The yearlong armed conflict in eastern Ukraine between government security forces and Russia-backed rebels has reached one of its tensest points yet.
Reuters reports that the leaders of Russia, Ukraine, France and Germany will meet Wednesday in Belarus in what might be the last possible attempt to secure a cease-fire before a "dramatic spiral" that renders peace impossible.
Ukrainian President Petro Poroshenko said he hoped the meeting would produce a "swift and unconditional cease-fire" in eastern Ukraine, where the U.N. estimates the death toll has risen to an astonishing 5,358.
The negotiations come at a critical time. Separatist advances into Ukrainian territory have been gaining pace, while a recent report by major U.S. think tanks urged President Barack Obama to begin arming Poroshenko with $1 billion in weapons annually through 2017. Unless something changes quickly, the situation will only get more heated.
They also come at a time when public interest in the conflict is much lower than it was last year. As the stunning drama of 2014's massive anti-government protests and Russian annexation of Crimea fades, search trends show that many members of the public have simply lost interest even as fighting intensifies:
The background: After Ukrainian President Viktor Yanukovych signed a major economic deal with Russia in early 2014, protesters furious about his administration's decision to cement strong relations with Vladimir Putin rather than encourage stronger ties with the European Union forced him out of office. The result was a new regime headed by former Minister of Foreign Affairs Petro Poroshenko and a commitment to resisting Russia's sphere of influence.
The new government in Kiev soon found itself at odds with pro-Russian separatist rebels in the eastern half of the country who declared independence. At the same time, troops in unmarked uniforms, widely believed to be Russian special forces, stormed the strategically important Crimean peninsula, orchestrated a show referendum and annexed the area into the Russian Federation.
A cease-fire was announced in September, but never took hold. Civilians have died in artillery strikes, bombings and crossfire between the poorly equipped Ukrainian military and the rebels, whom Putin has supplied with high-end military equipment.
The response of the West to all this was a consensus that Russian aggression was endangering regional stability, the European Union and the U.S. organized sanctions that experts say first weakened and are now having a severe impact on the Russian economy.
Earlier this month, Reuters reported that Poroshenko claimed to have evidence that Russian troops were openly fighting alongside separatist rebels, supporting them with mechanized infantry, tanks and mobile artillery. "If this is not aggression, what is aggression?" Poroshenko said.
What's at stake now: It's unfortunate that public interest in the crisis has faded because what happens next may have the single biggest impact on the trajectory of Western-Russian relations of any event in recent memory.
The European leaders organizing the current round of talks, French President Francois Hollande and German Chancellor Angela Merkel, hope that they can still reach some sort of deal between Russia and Ukraine that will result in a lasting (if uneasy) peace. If they fail to produce any credible agreement, then congressional pressure will mount on Obama to go one step beyond sanctions and provide Ukraine's outdated military with new weapons.

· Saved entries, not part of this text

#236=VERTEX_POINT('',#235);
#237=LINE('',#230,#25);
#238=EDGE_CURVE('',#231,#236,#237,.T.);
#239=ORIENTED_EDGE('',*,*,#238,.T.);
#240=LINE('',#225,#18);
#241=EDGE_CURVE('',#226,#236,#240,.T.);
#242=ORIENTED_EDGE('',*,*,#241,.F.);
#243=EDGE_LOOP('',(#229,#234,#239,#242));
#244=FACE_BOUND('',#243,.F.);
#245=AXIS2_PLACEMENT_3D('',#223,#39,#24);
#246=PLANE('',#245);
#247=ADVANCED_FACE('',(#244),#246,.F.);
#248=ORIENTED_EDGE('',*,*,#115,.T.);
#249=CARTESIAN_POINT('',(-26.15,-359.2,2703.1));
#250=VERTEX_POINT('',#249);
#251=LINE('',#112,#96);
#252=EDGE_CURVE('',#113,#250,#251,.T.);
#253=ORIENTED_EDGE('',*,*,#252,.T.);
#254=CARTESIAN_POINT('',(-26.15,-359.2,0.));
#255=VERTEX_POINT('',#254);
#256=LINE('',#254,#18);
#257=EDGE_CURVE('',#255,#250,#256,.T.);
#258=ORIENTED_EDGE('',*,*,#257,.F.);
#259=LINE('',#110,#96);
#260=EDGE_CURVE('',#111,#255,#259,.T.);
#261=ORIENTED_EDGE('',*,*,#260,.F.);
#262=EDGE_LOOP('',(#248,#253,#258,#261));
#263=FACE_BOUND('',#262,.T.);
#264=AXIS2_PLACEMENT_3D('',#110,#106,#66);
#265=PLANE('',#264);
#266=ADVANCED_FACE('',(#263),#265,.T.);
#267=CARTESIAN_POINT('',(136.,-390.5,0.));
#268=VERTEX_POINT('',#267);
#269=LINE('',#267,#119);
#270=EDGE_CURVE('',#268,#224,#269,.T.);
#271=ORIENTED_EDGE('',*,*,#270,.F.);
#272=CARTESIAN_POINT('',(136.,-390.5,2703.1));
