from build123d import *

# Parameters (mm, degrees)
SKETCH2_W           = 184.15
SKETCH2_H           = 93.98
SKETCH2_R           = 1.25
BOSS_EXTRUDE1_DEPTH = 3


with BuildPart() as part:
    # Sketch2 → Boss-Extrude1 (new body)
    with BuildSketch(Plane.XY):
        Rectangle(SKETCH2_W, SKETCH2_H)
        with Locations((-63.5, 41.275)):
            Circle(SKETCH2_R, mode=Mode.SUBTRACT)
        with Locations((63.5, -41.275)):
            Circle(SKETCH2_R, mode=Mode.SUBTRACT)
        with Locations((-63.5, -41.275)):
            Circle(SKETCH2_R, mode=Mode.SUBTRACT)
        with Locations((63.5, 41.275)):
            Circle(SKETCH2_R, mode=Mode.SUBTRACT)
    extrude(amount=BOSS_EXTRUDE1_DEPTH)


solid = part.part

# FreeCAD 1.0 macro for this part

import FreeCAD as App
import Part
import Sketcher

V = App.Vector
Q = App.Units.Quantity


def add_polygon(sketch, points):
    """Adds a closed chain of lines whose ends are joined by coincident constraints."""
    first, n = sketch.GeometryCount, len(points)
    for a, b in zip(points, points[1:] + points[:1]):
        sketch.addGeometry(Part.LineSegment(App.Vector(*a, 0), App.Vector(*b, 0)), False)
    for i in range(n):
        sketch.addConstraint(Sketcher.Constraint("Coincident", first + i, 2, first + (i + 1) % n, 1))

doc = App.newDocument("Part")
body = doc.addObject("PartDesign::Body", "Body")

# Sketch on XY plane
sketch1 = body.newObject("Sketcher::SketchObject", "Sketch")
sketch1.AttachmentSupport = (doc.getObject("XY_Plane"), [""])
sketch1.MapMode = "FlatFace"
add_polygon(sketch1, [(-92.1, 47), (-92.1, -47), (92.1, -47), (92.1, 47)])  # lines 0-3
sketch1.addGeometry(Part.Circle(V(-63.5, -41.3, 0), V(0, 0, 1), 1.2), False)  # 4
sketch1.addGeometry(Part.Circle(V(63.5, -41.3, 0), V(0, 0, 1), 1.2), False)  # 5
sketch1.addGeometry(Part.Circle(V(-63.5, 41.3, 0), V(0, 0, 1), 1.2), False)  # 6
sketch1.addGeometry(Part.Circle(V(63.5, 41.3, 0), V(0, 0, 1), 1.2), False)  # 7
sketch1.addConstraint([
    Sketcher.Constraint("Vertical", 0),
    Sketcher.Constraint("Horizontal", 1),
    Sketcher.Constraint("Vertical", 2),
    Sketcher.Constraint("Horizontal", 3),
    Sketcher.Constraint("Equal", 4, 5),
    Sketcher.Constraint("Equal", 5, 6),
    Sketcher.Constraint("Equal", 6, 7),
    Sketcher.Constraint("Symmetric", 5, 3, 6, 3, -1, 1),
    Sketcher.Constraint("Symmetric", 4, 3, 7, 3, -1, 1),
    Sketcher.Constraint("Symmetric", 0, 2, 2, 2, -1, 1),
    Sketcher.Constraint("Symmetric", 4, 3, 5, 3, -2),
    Sketcher.Constraint("Diameter", 4, Q("2.5 mm")),
    Sketcher.Constraint("DistanceX", 4, 3, 5, 3, Q("127 mm")),
    Sketcher.Constraint("DistanceX", 1, 1, 1, 2, Q("184.15 mm")),
    Sketcher.Constraint("DistanceY", 0, 2, 0, 1, Q("93.98 mm")),
    Sketcher.Constraint("DistanceY", 4, 3, 6, 3, Q("82.55 mm")),
])
pad1 = body.newObject("PartDesign::Pad", "Pad")
pad1.Profile = sketch1
pad1.Length = 3

doc.recompute()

"The problem is I cannot imagine a situation in which an improved arming of the Ukrainian army leads to President Putin being so impressed that he believes he will lose militarily," Merkel said at the Munich Security Conference, according to Bloomberg. "This cannot be won militarily. That is the bitter truth. The international community must think of something else."
Meanwhile, Bloomberg reported that a skeptical Vice President Joe Biden said that the U.S. didn't support a military solution but that "too many times President Putin has promised peace and delivered tanks, and troops, and weapons." The Obama administration is now beginning to seriously rethink its stance on arming Ukraine, although it is strenuously avoiding actions that could escalate the conflict further. On Thursday, Russian foreign ministry spokesman Alexander Lukashevich warned that any American arms shipments to Ukraine would cause "colossal damage" to U.S.-Russian relations.